The private companies that have taken on CRC contracts are not allowed to access NPS records, due to security and privacy concerns. Not only does this make Clare’s job more difficult, but she feels it has been deprofessionalised. “You can feel like the role has been dumbed down,” she says. “I don’t see myself staying in it anymore, and this is a job I thought I would spend the rest of my life in.”

Andrew, whose probation career began in 1983, now works in a CRC in the north of England. He believes the government has created a two-tier workforce. Contracts require CRCs to have appropriately trained staff, but there is no definition for this and no requirement for qualifications.

Workloads have also increased. Probation officers are assigned less time to deal with lower-risk offenders, meaning that newly transferred CRC staff, with no high-risk offenders on their caseload, must supervise a greater number of people than they are used to. But most of all, Andrew is fed up with the uncertainty of reform. “We’re a long way away from knowing what the system will look like,” he says.

The workload is set to increase with the supervision of offenders serving less than 12 months in prison – those that breach the rules will end up back in the courts system, putting more pressure on officers like Michael.

Inadequate training
Michael says court reports are wanted at increasingly short notice, there is inadequate training to prepare staff for new processes and systems and he is being asked to deal with matters above his pay grade, without sufficient information about offenders’ backgrounds, history or previous convictions.

“More and more we are being asked to help with the sentencing of people without really doing any background checks,” he says. “Either we’re going to collapse under the weight of it all, or there’s going to be a big mistake made somewhere in the court when someone is sentenced – like a domestic violence case where someone gets out instead of being in prison and they manage to murder their partner. Someone’s going to get hurt. That’s the big fear.”
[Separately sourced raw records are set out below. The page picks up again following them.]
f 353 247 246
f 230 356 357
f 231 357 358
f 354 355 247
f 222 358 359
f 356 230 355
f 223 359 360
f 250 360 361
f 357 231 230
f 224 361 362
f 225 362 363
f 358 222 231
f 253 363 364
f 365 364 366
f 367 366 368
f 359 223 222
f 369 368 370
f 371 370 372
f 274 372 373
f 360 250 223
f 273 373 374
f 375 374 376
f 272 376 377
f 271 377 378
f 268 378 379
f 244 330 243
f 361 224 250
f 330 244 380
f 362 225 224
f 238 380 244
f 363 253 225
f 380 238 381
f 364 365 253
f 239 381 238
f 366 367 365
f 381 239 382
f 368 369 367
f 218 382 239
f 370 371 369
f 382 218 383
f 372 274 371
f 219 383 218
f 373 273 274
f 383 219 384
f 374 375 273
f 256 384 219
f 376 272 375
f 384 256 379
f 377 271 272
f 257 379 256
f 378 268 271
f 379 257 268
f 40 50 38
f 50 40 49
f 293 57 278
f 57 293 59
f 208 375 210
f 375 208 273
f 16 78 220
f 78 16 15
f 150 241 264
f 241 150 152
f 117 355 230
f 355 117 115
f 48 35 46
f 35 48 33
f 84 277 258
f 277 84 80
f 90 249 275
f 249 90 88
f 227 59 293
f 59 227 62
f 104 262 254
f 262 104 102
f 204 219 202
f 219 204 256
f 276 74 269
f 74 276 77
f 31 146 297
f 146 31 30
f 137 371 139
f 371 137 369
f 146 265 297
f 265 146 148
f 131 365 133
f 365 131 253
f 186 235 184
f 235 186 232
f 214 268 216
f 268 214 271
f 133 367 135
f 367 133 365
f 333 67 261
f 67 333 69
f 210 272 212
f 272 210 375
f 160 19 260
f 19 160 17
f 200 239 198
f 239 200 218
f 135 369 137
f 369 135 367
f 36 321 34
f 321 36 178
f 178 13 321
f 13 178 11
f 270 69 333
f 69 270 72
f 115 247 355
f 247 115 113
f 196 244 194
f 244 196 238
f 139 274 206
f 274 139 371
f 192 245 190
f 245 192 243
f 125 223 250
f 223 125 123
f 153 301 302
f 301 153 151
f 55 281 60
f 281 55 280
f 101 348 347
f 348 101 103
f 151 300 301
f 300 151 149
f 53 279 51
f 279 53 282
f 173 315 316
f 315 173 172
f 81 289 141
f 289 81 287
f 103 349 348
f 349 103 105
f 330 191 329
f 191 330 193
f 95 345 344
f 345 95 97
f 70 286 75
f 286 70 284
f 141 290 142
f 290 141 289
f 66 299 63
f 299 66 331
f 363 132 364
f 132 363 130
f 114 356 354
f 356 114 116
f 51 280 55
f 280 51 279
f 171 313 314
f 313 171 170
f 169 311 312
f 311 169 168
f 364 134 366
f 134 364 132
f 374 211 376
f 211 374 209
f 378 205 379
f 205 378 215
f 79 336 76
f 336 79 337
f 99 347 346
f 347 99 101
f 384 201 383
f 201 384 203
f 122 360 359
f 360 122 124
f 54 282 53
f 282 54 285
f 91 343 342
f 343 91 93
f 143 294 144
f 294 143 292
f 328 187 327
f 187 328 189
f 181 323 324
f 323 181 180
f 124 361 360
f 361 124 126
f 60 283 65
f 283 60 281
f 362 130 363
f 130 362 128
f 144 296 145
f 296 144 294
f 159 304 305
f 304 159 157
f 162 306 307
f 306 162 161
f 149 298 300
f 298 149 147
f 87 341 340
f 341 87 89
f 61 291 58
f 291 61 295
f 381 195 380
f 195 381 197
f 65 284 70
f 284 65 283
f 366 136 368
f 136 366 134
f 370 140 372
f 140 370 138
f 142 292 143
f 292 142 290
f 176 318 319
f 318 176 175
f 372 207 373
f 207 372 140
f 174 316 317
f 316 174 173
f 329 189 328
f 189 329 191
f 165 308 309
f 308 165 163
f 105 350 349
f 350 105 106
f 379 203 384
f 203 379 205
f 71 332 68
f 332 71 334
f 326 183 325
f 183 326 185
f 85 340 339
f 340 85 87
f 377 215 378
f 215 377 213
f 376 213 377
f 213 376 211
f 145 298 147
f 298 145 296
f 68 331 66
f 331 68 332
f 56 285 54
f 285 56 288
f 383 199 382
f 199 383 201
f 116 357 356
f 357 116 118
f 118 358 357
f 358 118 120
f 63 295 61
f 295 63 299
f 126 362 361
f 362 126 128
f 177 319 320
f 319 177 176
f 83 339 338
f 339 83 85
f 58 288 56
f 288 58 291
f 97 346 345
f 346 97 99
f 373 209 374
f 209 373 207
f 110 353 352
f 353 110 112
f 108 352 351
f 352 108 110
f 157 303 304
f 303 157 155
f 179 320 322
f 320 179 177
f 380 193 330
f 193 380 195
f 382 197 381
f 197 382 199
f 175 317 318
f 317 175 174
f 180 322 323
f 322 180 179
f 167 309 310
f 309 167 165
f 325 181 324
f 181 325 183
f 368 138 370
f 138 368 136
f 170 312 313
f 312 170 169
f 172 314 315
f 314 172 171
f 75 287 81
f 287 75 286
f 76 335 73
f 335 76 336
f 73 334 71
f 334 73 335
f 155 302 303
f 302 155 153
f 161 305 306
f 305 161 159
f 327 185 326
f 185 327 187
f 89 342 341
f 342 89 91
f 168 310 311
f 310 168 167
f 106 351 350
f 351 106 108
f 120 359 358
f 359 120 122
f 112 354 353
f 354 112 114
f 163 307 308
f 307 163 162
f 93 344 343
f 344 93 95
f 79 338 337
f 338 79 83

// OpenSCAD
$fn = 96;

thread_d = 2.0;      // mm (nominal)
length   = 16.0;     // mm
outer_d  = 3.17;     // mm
Sodexo, which runs six CRCs in England and Wales, recently announced plans to replace staff with machines – ATM-style electronic kiosks to which offenders will report in, and which Ian Lawrence, Napo general secretary, has said are “downright dangerous and will put the public at risk”. Sodexo’s probation staff have been told to expect job cuts of more than 30% in the next year.

It is changes like these, alongside a less generous pension scheme and fewer career advancement opportunities in CRCs, that make Andrew – and many others working in probation – fearful for the future. “It is simply a massive and dangerous social experiment that will not, and cannot, work,” he says. “It will be future victims that pay the price and future governments that will have to do something about it.”
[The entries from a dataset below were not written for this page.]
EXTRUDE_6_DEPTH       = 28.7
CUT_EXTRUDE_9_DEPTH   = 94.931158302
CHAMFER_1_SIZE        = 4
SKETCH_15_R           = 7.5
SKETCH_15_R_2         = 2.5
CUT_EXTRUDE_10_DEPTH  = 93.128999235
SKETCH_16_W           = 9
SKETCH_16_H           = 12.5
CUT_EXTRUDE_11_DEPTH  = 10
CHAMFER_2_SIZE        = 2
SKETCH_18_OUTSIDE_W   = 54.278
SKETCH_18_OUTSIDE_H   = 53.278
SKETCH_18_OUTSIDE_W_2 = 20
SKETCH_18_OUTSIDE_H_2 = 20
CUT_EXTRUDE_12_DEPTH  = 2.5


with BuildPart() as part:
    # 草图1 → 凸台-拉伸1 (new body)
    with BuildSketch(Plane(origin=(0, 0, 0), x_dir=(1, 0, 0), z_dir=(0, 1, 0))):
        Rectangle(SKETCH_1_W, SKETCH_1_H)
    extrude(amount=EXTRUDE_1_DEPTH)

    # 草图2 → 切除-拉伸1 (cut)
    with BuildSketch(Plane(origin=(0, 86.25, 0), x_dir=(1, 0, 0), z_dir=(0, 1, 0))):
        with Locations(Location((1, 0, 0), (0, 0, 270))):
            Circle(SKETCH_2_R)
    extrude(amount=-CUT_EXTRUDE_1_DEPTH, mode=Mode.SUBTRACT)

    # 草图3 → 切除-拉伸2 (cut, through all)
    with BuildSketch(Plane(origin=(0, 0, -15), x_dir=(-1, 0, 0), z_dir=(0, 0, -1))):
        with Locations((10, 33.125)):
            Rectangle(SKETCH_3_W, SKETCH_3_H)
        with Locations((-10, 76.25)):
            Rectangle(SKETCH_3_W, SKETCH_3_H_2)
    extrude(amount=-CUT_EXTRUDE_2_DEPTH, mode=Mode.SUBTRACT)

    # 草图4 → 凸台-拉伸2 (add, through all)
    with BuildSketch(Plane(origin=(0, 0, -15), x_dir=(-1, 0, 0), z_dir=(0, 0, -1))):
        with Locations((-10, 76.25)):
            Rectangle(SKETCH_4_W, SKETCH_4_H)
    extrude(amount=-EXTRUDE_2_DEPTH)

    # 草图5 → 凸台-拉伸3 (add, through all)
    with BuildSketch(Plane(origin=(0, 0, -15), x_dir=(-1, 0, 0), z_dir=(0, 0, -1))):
A Ministry of Justice spokesperson said: “It is vital that offenders are managed safely and securely in the communities in which they live.

“The National Probation Service is tasked with protecting the public from high-risk offenders and the 21 community rehabilitation companies are working to turn around the lives of medium and low risk offenders.
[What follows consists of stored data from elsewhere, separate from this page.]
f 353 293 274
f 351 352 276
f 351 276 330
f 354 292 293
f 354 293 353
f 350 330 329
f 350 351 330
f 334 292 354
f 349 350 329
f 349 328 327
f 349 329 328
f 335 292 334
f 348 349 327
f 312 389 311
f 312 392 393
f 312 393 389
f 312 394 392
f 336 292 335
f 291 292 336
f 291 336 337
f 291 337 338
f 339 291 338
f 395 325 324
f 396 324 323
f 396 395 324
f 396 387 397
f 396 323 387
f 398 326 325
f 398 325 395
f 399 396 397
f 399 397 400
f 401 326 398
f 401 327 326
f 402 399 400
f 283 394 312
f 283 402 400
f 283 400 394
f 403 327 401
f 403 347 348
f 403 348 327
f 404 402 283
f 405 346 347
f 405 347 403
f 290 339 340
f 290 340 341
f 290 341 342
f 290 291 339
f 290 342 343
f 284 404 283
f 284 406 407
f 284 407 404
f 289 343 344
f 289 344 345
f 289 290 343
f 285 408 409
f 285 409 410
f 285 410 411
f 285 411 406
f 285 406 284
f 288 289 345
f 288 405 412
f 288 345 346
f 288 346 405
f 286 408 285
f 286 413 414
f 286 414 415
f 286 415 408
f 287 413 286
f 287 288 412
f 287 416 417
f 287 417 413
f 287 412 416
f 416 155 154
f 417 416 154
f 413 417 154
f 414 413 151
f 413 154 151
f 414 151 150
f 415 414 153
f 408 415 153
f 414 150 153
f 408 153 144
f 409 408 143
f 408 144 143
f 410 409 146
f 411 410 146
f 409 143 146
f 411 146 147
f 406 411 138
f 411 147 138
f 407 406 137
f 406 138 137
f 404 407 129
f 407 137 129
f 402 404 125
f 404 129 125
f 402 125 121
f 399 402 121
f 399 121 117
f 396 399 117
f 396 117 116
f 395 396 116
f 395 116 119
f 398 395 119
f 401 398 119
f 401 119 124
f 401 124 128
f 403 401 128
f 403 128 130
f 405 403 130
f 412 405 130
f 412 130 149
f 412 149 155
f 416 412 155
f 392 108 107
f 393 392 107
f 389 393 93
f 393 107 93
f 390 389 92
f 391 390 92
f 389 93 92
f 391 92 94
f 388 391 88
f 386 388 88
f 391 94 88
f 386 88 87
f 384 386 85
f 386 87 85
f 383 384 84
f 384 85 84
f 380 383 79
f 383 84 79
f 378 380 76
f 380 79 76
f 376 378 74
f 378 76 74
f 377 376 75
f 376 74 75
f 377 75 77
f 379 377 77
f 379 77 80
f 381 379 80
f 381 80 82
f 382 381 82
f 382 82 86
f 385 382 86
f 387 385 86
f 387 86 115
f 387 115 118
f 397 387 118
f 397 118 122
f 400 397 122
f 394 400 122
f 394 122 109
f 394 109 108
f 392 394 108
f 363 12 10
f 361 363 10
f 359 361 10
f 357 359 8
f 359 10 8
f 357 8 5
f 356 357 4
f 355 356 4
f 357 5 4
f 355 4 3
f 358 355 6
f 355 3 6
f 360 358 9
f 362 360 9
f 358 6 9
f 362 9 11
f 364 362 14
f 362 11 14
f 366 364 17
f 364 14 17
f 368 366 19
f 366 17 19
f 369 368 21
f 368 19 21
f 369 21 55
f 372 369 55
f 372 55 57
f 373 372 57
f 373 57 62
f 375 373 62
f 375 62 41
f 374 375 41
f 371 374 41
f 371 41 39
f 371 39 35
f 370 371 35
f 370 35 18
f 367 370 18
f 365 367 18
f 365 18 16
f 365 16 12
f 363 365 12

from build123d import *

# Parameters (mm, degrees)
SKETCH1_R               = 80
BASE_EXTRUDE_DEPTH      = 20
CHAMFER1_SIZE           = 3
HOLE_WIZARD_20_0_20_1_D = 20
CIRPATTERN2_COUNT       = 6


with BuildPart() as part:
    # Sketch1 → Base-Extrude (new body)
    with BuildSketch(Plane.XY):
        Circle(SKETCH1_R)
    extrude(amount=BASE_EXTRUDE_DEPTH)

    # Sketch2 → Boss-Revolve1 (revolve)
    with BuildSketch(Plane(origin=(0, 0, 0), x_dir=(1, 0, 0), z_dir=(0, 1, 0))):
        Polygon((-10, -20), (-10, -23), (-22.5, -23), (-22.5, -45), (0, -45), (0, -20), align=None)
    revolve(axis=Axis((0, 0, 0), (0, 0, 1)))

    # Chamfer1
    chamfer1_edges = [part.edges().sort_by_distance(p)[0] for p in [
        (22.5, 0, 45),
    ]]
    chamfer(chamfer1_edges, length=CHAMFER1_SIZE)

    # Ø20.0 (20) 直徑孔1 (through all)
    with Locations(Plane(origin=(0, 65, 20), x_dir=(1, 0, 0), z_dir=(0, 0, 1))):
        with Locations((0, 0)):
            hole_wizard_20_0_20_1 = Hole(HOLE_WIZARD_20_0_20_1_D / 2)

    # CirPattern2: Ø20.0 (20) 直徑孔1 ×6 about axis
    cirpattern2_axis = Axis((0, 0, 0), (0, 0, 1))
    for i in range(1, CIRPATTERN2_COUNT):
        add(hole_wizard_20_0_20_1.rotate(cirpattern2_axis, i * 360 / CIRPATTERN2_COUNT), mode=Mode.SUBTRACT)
“The vast majority of staff are working at the same desks, in the same teams and using the same IT systems as they were previously. Crucially, they are able to call on their experience and knowledge of working with offenders to continue protecting the public.”

Finally, I see Harry Fletcher has felt moved to produce not one, but two blog posts today:-


The enquiry into Serco and G4S and their tagging contracts will be completed very soon. The private companies believe that their previous actions and activities may well have fell within the conditions of the contract. They were contracted to tag someone if instructed to do so by a court and to remove it when the court stated that the tag period ended. The orders normally lasted for 90 or 120 days and the companies received a fixed fee for each order. If an offender died was jailed or ran away during the duration of an order the company was paid unless the court cancelled the order. There would seem therefore if this is the case to be a problem with the conditions of the contract. A number of officials appear to have either left or changed posts.

When the new contracts were let last year no one company had sole responsibility of all aspects of the work. One supplied the kit, another the software, a third the phones and another did the fitting and monitoring. Enforcement however was taken away and given to the state run National Probation Service (NPS). Hitherto anyone absent for 2 hours or more, found tampering with the tag or removing it was automatically breached and sent back to court. Now however the process is determined by the NPS.

Around 28,000 orders were in place at any one time during 2013/14 with 25 to 30% breaching that is 7,000 to 8,000 per year. Up to a third receive short custodial sentences. Under the old rules all went back to court but under the current procedures about half seem to reach court the rest get warnings. It is expected that tagging will sharply increase now that Probation has been privatised perhaps to as many as 75,000 at any one time by 2020. However the new rules on enforcement will result in less pressures on prison numbers as fewer defaulters will end up inside.


Predictions made at least 15 months ago about the likely impact of the privatisation of the Probation service in England and Wales is becoming a reality. In February 2015 the supervision of low and medium risk offenders, around 100,000 individuals were sold off in lots to the private sector. This included work with domestic violence perpetrators.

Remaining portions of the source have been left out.